**DIRECTIONS FOR THIS TASK**
Starting at the line containing "f 160 161 163" and ending at the line containing "f 201 195 206", print every line of the material below exactly, both ends included, and stop there.

**PROVIDED DATA**
▬▬▬▬▬▬

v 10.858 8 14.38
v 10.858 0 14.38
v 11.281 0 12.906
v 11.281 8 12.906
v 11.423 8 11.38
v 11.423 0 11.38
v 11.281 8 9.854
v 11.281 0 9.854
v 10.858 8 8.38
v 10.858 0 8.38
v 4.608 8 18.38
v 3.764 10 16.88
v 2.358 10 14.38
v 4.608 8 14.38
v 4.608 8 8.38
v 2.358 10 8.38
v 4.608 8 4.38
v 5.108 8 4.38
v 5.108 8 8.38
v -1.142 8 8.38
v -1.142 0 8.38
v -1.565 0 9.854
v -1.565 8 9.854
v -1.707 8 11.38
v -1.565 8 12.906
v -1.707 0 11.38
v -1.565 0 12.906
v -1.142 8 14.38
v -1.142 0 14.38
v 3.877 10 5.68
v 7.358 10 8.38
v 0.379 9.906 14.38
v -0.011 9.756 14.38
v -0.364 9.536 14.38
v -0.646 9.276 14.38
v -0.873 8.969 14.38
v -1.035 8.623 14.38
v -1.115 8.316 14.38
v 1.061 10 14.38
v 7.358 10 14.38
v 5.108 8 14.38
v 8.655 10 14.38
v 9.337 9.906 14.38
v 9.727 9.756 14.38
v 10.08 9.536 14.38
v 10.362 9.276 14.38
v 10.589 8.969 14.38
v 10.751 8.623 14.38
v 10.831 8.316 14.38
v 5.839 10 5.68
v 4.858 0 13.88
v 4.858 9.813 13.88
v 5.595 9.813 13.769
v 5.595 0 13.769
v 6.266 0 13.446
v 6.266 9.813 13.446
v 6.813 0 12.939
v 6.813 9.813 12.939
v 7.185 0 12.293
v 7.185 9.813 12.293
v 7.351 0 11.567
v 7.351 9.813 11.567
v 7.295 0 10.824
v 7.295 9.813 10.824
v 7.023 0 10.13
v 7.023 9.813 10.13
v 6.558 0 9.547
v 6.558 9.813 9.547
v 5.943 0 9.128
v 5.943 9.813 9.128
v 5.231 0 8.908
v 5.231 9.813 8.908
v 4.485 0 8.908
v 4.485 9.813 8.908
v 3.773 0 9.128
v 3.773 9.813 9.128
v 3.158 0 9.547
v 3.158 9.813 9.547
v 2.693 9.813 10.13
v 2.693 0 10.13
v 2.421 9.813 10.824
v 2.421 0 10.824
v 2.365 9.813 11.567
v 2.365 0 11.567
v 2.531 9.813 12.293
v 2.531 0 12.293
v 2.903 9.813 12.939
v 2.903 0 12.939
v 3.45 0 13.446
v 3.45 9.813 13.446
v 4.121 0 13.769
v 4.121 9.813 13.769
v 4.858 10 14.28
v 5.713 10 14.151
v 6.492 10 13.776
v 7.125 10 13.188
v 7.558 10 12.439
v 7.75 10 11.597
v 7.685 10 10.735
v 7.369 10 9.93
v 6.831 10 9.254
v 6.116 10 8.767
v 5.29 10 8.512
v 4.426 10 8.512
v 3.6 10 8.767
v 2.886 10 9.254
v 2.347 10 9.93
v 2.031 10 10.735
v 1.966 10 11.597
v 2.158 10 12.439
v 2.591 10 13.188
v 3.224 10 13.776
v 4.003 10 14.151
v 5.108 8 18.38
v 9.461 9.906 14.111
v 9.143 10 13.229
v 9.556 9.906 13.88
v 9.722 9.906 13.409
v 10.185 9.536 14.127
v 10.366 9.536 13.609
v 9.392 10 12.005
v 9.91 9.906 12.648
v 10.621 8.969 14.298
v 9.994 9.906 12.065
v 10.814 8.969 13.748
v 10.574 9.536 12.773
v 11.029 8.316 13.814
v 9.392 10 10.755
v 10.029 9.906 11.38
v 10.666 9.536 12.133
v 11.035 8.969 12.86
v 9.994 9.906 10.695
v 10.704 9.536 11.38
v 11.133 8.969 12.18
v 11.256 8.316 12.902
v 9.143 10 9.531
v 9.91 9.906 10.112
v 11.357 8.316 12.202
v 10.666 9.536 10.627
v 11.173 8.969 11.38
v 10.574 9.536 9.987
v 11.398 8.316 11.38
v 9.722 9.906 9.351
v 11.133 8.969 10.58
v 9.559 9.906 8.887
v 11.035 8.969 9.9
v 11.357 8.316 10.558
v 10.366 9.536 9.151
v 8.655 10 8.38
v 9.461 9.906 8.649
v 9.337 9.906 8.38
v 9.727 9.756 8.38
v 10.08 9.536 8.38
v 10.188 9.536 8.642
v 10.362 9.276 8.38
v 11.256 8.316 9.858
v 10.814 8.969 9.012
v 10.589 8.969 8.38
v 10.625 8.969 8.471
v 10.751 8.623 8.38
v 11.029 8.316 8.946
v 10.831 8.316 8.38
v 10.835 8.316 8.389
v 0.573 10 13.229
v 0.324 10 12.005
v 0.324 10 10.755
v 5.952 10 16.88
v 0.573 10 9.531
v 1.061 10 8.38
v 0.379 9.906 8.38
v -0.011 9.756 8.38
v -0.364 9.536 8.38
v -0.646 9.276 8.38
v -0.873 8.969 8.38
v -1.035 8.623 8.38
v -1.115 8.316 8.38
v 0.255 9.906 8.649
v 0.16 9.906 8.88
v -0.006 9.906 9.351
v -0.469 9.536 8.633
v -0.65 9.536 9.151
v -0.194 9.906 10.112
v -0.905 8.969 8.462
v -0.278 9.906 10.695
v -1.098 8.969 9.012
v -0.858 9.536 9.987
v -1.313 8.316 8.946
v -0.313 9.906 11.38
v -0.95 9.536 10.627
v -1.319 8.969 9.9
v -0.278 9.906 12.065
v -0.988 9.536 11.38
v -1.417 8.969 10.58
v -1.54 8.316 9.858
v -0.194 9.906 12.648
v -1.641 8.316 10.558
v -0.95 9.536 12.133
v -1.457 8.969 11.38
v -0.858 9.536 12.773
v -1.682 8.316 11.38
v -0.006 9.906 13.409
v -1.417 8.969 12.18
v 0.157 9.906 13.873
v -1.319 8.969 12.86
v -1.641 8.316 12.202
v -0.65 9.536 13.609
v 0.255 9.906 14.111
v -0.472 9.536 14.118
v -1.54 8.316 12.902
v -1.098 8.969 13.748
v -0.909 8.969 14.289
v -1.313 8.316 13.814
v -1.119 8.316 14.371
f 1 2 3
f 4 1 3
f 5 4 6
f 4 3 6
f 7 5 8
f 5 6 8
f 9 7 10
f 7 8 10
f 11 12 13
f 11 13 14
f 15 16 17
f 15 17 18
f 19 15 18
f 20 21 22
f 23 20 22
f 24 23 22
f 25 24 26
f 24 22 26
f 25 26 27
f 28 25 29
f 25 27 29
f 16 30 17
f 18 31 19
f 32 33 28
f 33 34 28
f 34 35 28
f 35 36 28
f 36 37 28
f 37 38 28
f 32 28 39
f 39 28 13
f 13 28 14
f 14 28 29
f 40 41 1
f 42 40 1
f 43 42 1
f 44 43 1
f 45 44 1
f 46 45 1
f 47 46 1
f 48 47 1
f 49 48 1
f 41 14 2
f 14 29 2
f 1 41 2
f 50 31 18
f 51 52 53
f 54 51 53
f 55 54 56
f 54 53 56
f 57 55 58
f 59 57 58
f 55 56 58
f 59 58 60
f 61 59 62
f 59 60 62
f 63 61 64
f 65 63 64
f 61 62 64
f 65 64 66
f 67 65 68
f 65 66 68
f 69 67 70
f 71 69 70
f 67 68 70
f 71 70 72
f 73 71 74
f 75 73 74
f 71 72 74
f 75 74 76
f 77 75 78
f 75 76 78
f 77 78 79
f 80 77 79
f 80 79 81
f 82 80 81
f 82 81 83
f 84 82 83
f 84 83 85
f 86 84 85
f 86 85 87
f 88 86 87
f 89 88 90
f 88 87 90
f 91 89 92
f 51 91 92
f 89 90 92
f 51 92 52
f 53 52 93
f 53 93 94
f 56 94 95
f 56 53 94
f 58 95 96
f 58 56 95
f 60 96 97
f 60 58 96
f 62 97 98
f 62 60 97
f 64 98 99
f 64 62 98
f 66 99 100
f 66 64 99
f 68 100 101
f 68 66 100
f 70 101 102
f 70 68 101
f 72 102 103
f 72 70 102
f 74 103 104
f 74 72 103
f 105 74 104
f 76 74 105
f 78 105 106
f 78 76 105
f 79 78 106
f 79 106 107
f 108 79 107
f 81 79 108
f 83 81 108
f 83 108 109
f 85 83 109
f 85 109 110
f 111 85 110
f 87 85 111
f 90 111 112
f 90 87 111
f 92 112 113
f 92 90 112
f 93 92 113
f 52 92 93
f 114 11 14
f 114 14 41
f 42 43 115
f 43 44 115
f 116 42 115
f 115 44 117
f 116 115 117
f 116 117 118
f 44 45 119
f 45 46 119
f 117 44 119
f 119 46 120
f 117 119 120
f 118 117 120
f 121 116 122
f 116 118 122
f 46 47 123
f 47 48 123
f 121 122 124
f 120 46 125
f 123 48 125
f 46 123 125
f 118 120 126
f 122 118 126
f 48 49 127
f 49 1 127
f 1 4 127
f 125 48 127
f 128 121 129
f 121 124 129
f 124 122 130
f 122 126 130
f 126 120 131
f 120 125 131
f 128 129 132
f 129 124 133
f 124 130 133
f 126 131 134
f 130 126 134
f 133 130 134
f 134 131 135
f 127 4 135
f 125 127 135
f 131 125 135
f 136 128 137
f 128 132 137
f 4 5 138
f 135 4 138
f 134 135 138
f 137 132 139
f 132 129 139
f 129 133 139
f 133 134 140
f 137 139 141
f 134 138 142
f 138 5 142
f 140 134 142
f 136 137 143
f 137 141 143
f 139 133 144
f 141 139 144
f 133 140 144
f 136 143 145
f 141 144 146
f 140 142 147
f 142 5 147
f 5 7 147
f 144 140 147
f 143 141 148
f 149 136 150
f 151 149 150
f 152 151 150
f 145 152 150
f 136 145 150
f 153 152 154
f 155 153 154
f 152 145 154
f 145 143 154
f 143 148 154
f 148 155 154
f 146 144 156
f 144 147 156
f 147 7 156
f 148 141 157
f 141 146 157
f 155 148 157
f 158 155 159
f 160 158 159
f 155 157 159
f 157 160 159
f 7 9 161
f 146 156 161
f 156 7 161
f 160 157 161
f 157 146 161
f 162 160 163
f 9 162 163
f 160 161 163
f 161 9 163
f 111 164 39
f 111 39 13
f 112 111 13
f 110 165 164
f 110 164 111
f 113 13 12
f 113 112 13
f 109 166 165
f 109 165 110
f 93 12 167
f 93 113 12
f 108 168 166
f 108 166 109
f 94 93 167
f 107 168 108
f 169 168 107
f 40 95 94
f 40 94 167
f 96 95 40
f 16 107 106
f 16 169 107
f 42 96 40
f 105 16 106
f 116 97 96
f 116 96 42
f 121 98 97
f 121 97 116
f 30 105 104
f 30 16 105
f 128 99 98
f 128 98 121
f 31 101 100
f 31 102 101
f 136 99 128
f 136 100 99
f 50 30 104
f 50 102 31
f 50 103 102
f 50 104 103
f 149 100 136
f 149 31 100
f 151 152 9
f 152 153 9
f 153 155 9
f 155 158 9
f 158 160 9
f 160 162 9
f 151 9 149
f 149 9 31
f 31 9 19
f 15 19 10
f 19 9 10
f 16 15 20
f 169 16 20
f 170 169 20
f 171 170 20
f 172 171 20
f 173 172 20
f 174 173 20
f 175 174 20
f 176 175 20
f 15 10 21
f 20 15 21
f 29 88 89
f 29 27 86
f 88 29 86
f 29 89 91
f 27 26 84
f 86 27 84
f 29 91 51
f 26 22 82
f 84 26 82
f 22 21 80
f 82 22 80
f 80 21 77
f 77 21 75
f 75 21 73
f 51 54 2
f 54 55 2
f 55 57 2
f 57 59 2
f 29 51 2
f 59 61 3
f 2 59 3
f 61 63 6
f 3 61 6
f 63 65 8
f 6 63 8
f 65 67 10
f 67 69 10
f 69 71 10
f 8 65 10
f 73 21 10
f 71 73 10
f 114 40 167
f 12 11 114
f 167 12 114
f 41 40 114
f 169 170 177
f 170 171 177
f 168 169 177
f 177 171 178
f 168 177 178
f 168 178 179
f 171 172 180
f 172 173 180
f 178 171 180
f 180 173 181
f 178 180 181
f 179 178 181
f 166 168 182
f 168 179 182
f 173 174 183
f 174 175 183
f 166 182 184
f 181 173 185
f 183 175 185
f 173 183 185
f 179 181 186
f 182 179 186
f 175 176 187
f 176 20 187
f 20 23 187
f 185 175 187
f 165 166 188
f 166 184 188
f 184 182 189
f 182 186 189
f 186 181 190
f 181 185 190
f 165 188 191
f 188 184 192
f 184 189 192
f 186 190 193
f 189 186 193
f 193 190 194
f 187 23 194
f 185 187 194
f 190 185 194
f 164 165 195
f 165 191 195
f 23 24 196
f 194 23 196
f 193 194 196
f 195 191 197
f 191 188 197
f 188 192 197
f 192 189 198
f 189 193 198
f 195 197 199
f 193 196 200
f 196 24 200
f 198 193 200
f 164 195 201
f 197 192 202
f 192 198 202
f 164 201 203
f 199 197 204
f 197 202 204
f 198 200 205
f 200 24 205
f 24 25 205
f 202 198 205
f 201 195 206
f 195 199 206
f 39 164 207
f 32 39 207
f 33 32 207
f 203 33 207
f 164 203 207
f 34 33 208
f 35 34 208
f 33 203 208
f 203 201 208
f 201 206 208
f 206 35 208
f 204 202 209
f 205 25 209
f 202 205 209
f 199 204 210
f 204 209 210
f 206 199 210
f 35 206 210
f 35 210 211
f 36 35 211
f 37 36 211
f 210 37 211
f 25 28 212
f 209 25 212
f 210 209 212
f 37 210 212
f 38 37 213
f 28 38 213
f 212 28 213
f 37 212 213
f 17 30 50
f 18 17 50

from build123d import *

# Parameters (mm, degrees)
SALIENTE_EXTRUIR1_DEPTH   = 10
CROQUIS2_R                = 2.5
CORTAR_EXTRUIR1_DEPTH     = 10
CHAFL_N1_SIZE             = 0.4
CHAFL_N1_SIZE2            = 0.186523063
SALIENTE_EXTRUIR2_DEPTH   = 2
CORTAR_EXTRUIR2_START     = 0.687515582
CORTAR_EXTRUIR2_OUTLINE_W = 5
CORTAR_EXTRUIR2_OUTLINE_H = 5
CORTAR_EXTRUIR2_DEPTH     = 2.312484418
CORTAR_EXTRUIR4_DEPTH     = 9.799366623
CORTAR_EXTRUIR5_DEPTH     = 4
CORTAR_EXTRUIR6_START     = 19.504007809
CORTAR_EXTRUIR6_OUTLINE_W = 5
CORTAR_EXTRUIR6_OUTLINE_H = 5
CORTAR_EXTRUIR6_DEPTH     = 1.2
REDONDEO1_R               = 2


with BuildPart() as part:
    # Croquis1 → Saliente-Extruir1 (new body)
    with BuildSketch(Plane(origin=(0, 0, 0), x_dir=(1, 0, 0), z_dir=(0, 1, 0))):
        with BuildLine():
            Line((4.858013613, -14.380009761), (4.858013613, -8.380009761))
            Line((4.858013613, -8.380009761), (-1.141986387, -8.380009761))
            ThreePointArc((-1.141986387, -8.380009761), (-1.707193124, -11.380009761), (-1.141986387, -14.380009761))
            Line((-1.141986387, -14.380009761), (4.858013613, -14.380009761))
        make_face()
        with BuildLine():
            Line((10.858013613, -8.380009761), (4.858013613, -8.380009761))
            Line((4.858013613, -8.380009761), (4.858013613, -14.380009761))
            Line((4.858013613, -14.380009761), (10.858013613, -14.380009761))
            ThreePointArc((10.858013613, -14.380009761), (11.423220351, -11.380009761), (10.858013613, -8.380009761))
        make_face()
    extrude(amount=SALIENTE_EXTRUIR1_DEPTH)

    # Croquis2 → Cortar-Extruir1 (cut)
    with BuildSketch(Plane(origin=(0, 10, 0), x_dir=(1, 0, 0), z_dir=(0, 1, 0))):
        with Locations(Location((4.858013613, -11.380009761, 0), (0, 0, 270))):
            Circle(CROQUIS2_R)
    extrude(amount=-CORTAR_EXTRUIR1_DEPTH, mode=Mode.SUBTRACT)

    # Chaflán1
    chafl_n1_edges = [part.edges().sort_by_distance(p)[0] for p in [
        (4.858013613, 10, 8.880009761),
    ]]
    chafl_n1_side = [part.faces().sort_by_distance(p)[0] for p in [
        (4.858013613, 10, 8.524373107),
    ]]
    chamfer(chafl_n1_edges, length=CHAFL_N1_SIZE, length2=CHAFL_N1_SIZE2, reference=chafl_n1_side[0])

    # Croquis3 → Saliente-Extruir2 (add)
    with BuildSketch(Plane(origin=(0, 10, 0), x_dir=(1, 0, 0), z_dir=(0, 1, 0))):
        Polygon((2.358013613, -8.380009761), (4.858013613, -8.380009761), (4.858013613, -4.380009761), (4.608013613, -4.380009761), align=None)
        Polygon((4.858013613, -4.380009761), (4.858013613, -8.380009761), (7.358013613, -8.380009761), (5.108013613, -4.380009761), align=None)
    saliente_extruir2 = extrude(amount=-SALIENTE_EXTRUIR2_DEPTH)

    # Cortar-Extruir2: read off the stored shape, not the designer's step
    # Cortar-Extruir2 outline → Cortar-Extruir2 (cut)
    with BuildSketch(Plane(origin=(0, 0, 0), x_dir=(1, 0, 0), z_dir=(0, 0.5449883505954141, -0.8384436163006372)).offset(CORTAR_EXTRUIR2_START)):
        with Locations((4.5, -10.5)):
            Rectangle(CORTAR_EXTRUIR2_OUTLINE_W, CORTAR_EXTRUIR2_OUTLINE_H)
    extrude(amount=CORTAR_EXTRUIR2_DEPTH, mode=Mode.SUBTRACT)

▬▬▬▬▬▬

**EXERCISE OUTPUT**
f 160 161 163
f 161 9 163
f 111 164 39
f 111 39 13
f 112 111 13
f 110 165 164
f 110 164 111
f 113 13 12
f 113 112 13
f 109 166 165
f 109 165 110
f 93 12 167
f 93 113 12
f 108 168 166
f 108 166 109
f 94 93 167
f 107 168 108
f 169 168 107
f 40 95 94
f 40 94 167
f 96 95 40
f 16 107 106
f 16 169 107
f 42 96 40
f 105 16 106
f 116 97 96
f 116 96 42
f 121 98 97
f 121 97 116
f 30 105 104
f 30 16 105
f 128 99 98
f 128 98 121
f 31 101 100
f 31 102 101
f 136 99 128
f 136 100 99
f 50 30 104
f 50 102 31
f 50 103 102
f 50 104 103
f 149 100 136
f 149 31 100
f 151 152 9
f 152 153 9
f 153 155 9
f 155 158 9
f 158 160 9
f 160 162 9
f 151 9 149
f 149 9 31
f 31 9 19
f 15 19 10
f 19 9 10
f 16 15 20
f 169 16 20
f 170 169 20
f 171 170 20
f 172 171 20
f 173 172 20
f 174 173 20
f 175 174 20
f 176 175 20
f 15 10 21
f 20 15 21
f 29 88 89
f 29 27 86
f 88 29 86
f 29 89 91
f 27 26 84
f 86 27 84
f 29 91 51
f 26 22 82
f 84 26 82
f 22 21 80
f 82 22 80
f 80 21 77
f 77 21 75
f 75 21 73
f 51 54 2
f 54 55 2
f 55 57 2
f 57 59 2
f 29 51 2
f 59 61 3
f 2 59 3
f 61 63 6
f 3 61 6
f 63 65 8
f 6 63 8
f 65 67 10
f 67 69 10
f 69 71 10
f 8 65 10
f 73 21 10
f 71 73 10
f 114 40 167
f 12 11 114
f 167 12 114
f 41 40 114
f 169 170 177
f 170 171 177
f 168 169 177
f 177 171 178
f 168 177 178
f 168 178 179
f 171 172 180
f 172 173 180
f 178 171 180
f 180 173 181
f 178 180 181
f 179 178 181
f 166 168 182
f 168 179 182
f 173 174 183
f 174 175 183
f 166 182 184
f 181 173 185
f 183 175 185
f 173 183 185
f 179 181 186
f 182 179 186
f 175 176 187
f 176 20 187
f 20 23 187
f 185 175 187
f 165 166 188
f 166 184 188
f 184 182 189
f 182 186 189
f 186 181 190
f 181 185 190
f 165 188 191
f 188 184 192
f 184 189 192
f 186 190 193
f 189 186 193
f 193 190 194
f 187 23 194
f 185 187 194
f 190 185 194
f 164 165 195
f 165 191 195
f 23 24 196
f 194 23 196
f 193 194 196
f 195 191 197
f 191 188 197
f 188 192 197
f 192 189 198
f 189 193 198
f 195 197 199
f 193 196 200
f 196 24 200
f 198 193 200
f 164 195 201
f 197 192 202
f 192 198 202
f 164 201 203
f 199 197 204
f 197 202 204
f 198 200 205
f 200 24 205
f 24 25 205
f 202 198 205
f 201 195 206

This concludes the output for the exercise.